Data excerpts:
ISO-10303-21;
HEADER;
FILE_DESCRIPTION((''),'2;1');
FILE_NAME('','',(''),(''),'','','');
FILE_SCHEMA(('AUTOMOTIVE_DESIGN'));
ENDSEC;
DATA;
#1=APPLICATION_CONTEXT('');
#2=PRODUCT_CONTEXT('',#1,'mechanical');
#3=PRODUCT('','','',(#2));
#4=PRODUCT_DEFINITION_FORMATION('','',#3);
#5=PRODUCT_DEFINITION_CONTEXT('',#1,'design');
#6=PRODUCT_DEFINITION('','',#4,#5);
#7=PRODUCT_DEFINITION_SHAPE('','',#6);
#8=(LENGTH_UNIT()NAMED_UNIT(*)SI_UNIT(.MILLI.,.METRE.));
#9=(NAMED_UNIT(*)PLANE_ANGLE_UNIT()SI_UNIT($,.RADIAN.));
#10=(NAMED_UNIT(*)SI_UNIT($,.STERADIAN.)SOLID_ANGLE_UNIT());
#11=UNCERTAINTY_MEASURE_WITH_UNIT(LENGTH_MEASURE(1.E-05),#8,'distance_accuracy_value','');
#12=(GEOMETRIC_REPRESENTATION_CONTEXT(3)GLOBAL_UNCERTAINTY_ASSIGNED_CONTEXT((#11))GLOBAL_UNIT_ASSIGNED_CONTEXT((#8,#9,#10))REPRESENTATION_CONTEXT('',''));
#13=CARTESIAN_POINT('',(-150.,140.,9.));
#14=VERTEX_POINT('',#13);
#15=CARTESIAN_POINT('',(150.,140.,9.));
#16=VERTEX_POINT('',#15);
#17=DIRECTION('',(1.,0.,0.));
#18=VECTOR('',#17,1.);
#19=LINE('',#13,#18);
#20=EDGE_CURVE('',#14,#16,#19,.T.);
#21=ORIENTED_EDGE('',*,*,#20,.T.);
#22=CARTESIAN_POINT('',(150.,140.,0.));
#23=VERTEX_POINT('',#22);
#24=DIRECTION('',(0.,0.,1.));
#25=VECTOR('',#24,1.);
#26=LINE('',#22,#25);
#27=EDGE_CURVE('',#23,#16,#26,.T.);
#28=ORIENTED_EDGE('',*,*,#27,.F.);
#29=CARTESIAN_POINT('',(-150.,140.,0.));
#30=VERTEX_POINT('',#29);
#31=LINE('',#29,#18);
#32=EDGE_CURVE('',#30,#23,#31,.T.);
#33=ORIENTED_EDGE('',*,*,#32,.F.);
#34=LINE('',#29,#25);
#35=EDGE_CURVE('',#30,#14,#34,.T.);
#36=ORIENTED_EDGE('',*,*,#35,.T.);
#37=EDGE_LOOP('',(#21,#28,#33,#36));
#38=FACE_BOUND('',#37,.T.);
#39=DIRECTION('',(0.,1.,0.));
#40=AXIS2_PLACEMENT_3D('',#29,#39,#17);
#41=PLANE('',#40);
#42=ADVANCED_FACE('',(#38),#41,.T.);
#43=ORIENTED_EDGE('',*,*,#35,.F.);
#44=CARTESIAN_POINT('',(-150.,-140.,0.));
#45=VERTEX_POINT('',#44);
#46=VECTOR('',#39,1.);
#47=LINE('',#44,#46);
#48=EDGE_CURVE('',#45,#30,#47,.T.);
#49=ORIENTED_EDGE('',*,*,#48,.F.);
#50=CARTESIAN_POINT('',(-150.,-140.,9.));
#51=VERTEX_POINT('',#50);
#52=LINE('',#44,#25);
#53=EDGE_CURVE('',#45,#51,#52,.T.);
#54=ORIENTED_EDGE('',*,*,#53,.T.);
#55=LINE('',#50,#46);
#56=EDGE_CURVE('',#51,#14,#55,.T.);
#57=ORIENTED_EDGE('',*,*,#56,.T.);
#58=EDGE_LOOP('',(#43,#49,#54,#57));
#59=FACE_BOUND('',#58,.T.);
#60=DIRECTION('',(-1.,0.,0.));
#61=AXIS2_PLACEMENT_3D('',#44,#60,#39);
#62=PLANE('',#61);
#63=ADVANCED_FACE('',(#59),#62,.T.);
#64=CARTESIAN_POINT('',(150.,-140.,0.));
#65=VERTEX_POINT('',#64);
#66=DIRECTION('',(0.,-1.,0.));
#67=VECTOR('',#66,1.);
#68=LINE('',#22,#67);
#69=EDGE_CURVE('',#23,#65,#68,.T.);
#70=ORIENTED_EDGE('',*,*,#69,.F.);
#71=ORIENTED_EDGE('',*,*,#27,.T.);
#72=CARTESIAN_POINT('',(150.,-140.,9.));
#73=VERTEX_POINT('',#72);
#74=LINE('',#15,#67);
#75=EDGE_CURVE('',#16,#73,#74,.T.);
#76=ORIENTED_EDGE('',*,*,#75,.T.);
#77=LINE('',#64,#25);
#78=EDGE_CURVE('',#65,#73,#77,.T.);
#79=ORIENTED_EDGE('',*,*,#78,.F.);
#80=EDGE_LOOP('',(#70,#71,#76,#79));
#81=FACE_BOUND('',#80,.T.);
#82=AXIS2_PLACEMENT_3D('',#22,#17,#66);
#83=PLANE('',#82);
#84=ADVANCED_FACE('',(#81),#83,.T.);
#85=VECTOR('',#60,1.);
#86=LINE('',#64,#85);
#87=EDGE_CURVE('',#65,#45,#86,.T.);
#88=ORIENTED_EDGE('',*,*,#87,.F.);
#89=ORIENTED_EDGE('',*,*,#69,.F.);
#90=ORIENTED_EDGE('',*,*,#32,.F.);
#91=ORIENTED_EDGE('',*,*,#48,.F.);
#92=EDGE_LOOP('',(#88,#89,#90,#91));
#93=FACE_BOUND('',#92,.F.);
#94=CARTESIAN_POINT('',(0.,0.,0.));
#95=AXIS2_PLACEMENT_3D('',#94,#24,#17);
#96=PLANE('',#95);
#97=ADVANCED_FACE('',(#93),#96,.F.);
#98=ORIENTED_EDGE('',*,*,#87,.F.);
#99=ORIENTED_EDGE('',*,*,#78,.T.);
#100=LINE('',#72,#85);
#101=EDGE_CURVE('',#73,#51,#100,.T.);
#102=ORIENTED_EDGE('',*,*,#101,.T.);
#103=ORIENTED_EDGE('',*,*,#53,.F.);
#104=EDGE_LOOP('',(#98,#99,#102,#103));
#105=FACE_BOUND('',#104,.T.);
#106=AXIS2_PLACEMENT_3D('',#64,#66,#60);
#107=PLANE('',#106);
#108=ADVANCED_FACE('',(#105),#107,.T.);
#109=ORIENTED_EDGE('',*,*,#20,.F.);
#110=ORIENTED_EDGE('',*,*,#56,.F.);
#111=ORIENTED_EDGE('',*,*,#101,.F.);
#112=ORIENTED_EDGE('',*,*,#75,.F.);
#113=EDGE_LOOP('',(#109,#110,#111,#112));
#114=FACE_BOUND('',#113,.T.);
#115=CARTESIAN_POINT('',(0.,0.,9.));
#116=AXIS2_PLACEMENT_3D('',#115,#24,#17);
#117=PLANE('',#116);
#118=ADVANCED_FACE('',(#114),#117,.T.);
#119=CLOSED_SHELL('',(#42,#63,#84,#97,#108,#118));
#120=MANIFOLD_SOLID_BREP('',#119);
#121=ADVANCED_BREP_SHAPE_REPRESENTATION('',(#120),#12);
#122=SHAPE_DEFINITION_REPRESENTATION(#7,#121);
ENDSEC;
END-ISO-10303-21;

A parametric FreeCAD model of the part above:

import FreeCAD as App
import Part
import Sketcher
from FreeCAD import Vector
Q = App.Units.Quantity

doc = App.newDocument("Part")
params = doc.addObject("Spreadsheet::Sheet", "Params")
for row, (alias, value) in enumerate([
    ("sketch1_width", "300 mm"),
    ("sketch1_height", "280 mm"),
    ("pad1_length", "9 mm"),
], start=1):
    params.set(f"A{row}", alias)
    params.set(f"B{row}", "=" + value)
    params.setAlias(f"B{row}", alias)

body = doc.addObject("PartDesign::Body", "Body")

# Sketch on XY plane
sketch1 = body.newObject("Sketcher::SketchObject", "Sketch")
sketch1.AttachmentSupport = (doc.getObject("XY_Plane"), [""])
sketch1.MapMode = "FlatFace"
sketch1.addGeometry(Part.LineSegment(Vector(-150, -140, 0), Vector(150, -140, 0)), False)
sketch1.addGeometry(Part.LineSegment(Vector(150, -140, 0), Vector(150, 140, 0)), False)
sketch1.addGeometry(Part.LineSegment(Vector(150, 140, 0), Vector(-150, 140, 0)), False)
sketch1.addGeometry(Part.LineSegment(Vector(-150, 140, 0), Vector(-150, -140, 0)), False)
sketch1.addConstraint(Sketcher.Constraint("Coincident", 0, 2, 1, 1))
sketch1.addConstraint(Sketcher.Constraint("Coincident", 1, 2, 2, 1))
sketch1.addConstraint(Sketcher.Constraint("Coincident", 2, 2, 3, 1))
sketch1.addConstraint(Sketcher.Constraint("Coincident", 3, 2, 0, 1))
sketch1.addConstraint(Sketcher.Constraint("Horizontal", 0))
sketch1.addConstraint(Sketcher.Constraint("Vertical", 1))
sketch1.addConstraint(Sketcher.Constraint("Horizontal", 2))
sketch1.addConstraint(Sketcher.Constraint("Vertical", 3))
sketch1.addConstraint(Sketcher.Constraint("Symmetric", 0, 2, 2, 2, -1, 1))
sketch1.addConstraint(Sketcher.Constraint("DistanceX", 0, 1, 0, 2, Q("300 mm")))
sketch1.addConstraint(Sketcher.Constraint("DistanceY", 1, 1, 1, 2, Q("280 mm")))
sketch1.setExpression("Constraints[9]", "Params.sketch1_width")
sketch1.setExpression("Constraints[10]", "Params.sketch1_height")
pad1 = body.newObject("PartDesign::Pad", "Pad")
pad1.Profile = sketch1
pad1.setExpression("Length", "Params.pad1_length")

doc.recompute()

- **REQUIREMENT**
Quote the records above exactly, from the first line through the line containing "#9=(NAMED_UNIT(*)PLANE_ANGLE_UNIT()SI_UNIT($,.RADIAN.));", and nothing more.

- **OUTPUT OF THE EXERCISE**
ISO-10303-21;
HEADER;
FILE_DESCRIPTION((''),'2;1');
FILE_NAME('','',(''),(''),'','','');
FILE_SCHEMA(('AUTOMOTIVE_DESIGN'));
ENDSEC;
DATA;
#1=APPLICATION_CONTEXT('');
#2=PRODUCT_CONTEXT('',#1,'mechanical');
#3=PRODUCT('','','',(#2));
#4=PRODUCT_DEFINITION_FORMATION('','',#3);
#5=PRODUCT_DEFINITION_CONTEXT('',#1,'design');
#6=PRODUCT_DEFINITION('','',#4,#5);
#7=PRODUCT_DEFINITION_SHAPE('','',#6);
#8=(LENGTH_UNIT()NAMED_UNIT(*)SI_UNIT(.MILLI.,.METRE.));
#9=(NAMED_UNIT(*)PLANE_ANGLE_UNIT()SI_UNIT($,.RADIAN.));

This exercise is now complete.